WASHINGTON A Senate panel considering legislation to strengthen procedures for tracking disease outbreaks, similar to one that may have occurred in Northwest Arkansas a decade ago, heard Tuesday from a cancer survivor, a scientific researcher and consumer advocate Erin Brockovich.
The hearing stemmed from a bill sponsored by the committee’s chairman, Democratic Sen. Barbara Boxer of California, and Republican Sen. Mike Crapo of Idaho that’s designed to streamline and coordinate the procedures for reporting and investigating unusual clusters of cancer and other diseases.
The bill is known as “Trevor’s Law” for Trevor Schaefer of Idaho, who suffered from brain cancer as a teenager. Now 21, he testified about his experiences withcancer and his work with a foundation that focuses attention on possible environmental causes for cancer clusters.
“Senators, I was spared,” he told the panel that includes Republican John Boozman of Arkansas. “I truly believe I have been given a second chance at life to convey to you the urgency and importance of a need to address the growing dilemma of childhood cancer clusters.”
In his comments about the bipartisan bill, Boozman raised concerns about expanding the role of the Environmental Protection Agency in tracking disease data, since some disease outbreaks are caused by circumstances other than environmental factors. Other federal agencies, such as the Centers for Disease Control and Prevention or the National Institutes of Health, also play arole in monitoring and investigating such situations.
“I’m committed to helping,” Boozman told the witnesses. “But I just want to make sure that we’re doing this right.”

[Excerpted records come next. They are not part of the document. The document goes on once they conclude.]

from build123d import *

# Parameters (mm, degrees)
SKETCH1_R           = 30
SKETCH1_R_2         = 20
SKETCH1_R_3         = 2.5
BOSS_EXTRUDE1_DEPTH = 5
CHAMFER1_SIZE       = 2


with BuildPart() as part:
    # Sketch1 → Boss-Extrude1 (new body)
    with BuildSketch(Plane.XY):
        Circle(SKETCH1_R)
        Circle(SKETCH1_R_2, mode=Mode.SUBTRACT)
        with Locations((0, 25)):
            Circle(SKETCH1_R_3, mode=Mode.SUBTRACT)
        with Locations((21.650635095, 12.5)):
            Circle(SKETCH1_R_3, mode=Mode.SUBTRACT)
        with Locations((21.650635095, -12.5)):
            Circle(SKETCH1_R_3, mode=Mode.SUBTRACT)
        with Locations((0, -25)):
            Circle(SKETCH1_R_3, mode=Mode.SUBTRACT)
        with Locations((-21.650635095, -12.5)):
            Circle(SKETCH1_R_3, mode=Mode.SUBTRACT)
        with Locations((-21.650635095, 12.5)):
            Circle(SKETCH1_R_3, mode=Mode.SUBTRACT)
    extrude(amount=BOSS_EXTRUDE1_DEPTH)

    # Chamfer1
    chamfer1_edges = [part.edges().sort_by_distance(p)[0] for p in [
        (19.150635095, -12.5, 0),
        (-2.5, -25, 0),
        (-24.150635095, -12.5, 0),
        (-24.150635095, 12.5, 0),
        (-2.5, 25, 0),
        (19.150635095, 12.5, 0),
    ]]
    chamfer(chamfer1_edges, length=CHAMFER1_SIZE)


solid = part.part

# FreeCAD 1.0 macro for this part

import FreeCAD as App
import Part
import Sketcher

V = App.Vector


def edges_at(feature, points):
    """Names of the edges that pass closest to the given points."""
    edges = feature.Shape.Edges
    near = lambda p: min(range(len(edges)), key=lambda i: edges[i].distToShape(Part.Vertex(*p))[0])
    return sorted({f"Edge{near(p) + 1}" for p in points})

doc = App.newDocument("Part")
body = doc.addObject("PartDesign::Body", "Body")

sketch1 = body.newObject("Sketcher::SketchObject", "Sketch")
sketch1.AttachmentSupport = (doc.getObject("XY_Plane"), [""])
sketch1.MapMode = "FlatFace"
sketch1.addGeometry([
    Part.Circle(V(0, 0, 0), V(0, 0, 1), 30),
    Part.Circle(V(-21.7, -12.5, 0), V(0, 0, 1), 2.5),
    Part.Circle(V(0, -25, 0), V(0, 0, 1), 2.5),
    Part.Circle(V(21.7, -12.5, 0), V(0, 0, 1), 2.5),
    Part.Circle(V(-21.7, 12.5, 0), V(0, 0, 1), 2.5),
    Part.Circle(V(0, 0, 0), V(0, 0, 1), 20),
    Part.Circle(V(21.7, 12.5, 0), V(0, 0, 1), 2.5),
    Part.Circle(V(0, 25, 0), V(0, 0, 1), 2.5),
], False)
sketch1.addConstraint([
    Sketcher.Constraint("Coincident", 0, 3, -1, 1),
    Sketcher.Constraint("Coincident", 5, 3, -1, 1),
    Sketcher.Constraint("Equal", 1, 2),
    Sketcher.Constraint("Equal", 2, 3),
    Sketcher.Constraint("Equal", 3, 4),
    Sketcher.Constraint("Equal", 4, 6),
    Sketcher.Constraint("Equal", 6, 7),
    Sketcher.Constraint("Symmetric", 3, 3, 4, 3, -1, 1),
    Sketcher.Constraint("Symmetric", 1, 3, 6, 3, -1, 1),
    Sketcher.Constraint("Symmetric", 2, 3, 7, 3, -1, 1),
    Sketcher.Constraint("Symmetric", 1, 3, 3, 3, -2),
    Sketcher.Constraint("PointOnObject", 2, 3, -2),
    Sketcher.Constraint("Diameter", 0, 60.0),
    Sketcher.Constraint("Diameter", 1, 5.0),
    Sketcher.Constraint("Diameter", 5, 40.0),
    Sketcher.Constraint("DistanceY", 2, 3, -1, 1, 25.0),
    Sketcher.Constraint("DistanceY", 1, 3, 4, 3, 25.0),
    Sketcher.Constraint("DistanceX", 1, 3, 3, 3, 43.30127),
])
pad1 = body.newObject("PartDesign::Pad", "Pad")
pad1.Profile = sketch1
pad1.Length = 5
doc.recompute()

chamfer = body.newObject("PartDesign::Chamfer", "Chamfer")
chamfer.Base = (pad1, edges_at(pad1, [
    (19.151, -12.5, 0),
    (-2.5, -25, 0),
    (-24.151, -12.5, 0),
    (-24.151, 12.5, 0),
    (-2.5, 25, 0),
    (19.151, 12.5, 0),
]))
chamfer.Size = 2

doc.recompute()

Brockovich - who rose to prominence for her 1990s work on water contamination and the movie bearing her name that followed - replied that there is not now a national outlet where individuals can report concerns. While there are many agencies compiling information, she said, there “isn’t one that compiles the data that are coming from the actual people and the actual sources.”
Most reporting is done through doctors’ offices, which Brockovich said helps explain why so many people contact her with their individual cases; she gets 45,000 to 60,000 visitors to her website monthly. To illustrate the point, she displayed a largemap of the United States with 534 dots pinpointing locations with people who have contacted her about unexplained diseases.
While the map is not a scientific sampling, Brockovich said, it “demonstrates we need to do a better job of listening and responding to these communities.”
One such community is Prairie Grove, a Washington County town of about 2,500 where some residents contend there has been an unusually high number of cancer cases.
In a report released Monday, the eve of the Senate hearing, the Natural Resources Defense Council cited Prairie Grove as one of 42 locations nationwide where a “disease cluster” occurred. The CDC defines a disease cluster as “an unusual aggregation, real or perceived, of health events that are grouped together in time and space and that is reported to a public health department.”
Between 1993 and 2002, several cases of childhood cancer developed in Prairie Grove, including three cases of testicular cancer in teenage boys. The Arkansas Health Department investigated, but said it had not found harmful levels of carcinogens in the area, although state officials characterized the testicular cancer cases as “troubling.”
Several residents subsequently filed lawsuits against poultry companies in the area, alleging that chicken feed developed by the poultry industry is the source of the cancer because it contains an ingredient that becomes toxic when chicken waste is applied as fertilizer on fields.
So far, none has been successful, although several lawsuits are still pending in Washington County Circuit Court. Most recently, the Arkansas Supreme Court upheld a lower court ruling against the Prairie Grove plaintiffs in an opinion issued Feb. 17.
“Although it’s really difficult to conclusively prove what caused any specific disease cluster,” National Resources Defense Council scientist Gina Solomon testified they provide “invaluable clues and hints” that can help solve medical mysteries and prevent future cases.
Boozman also noted that advances in technology and communications - such as Facebook - provide tools for helping track disease outbreaks that have broad ramifications: “This has the potential of avoiding disease in the future, and besides the human factor, that would save society a tremendous amount of money.”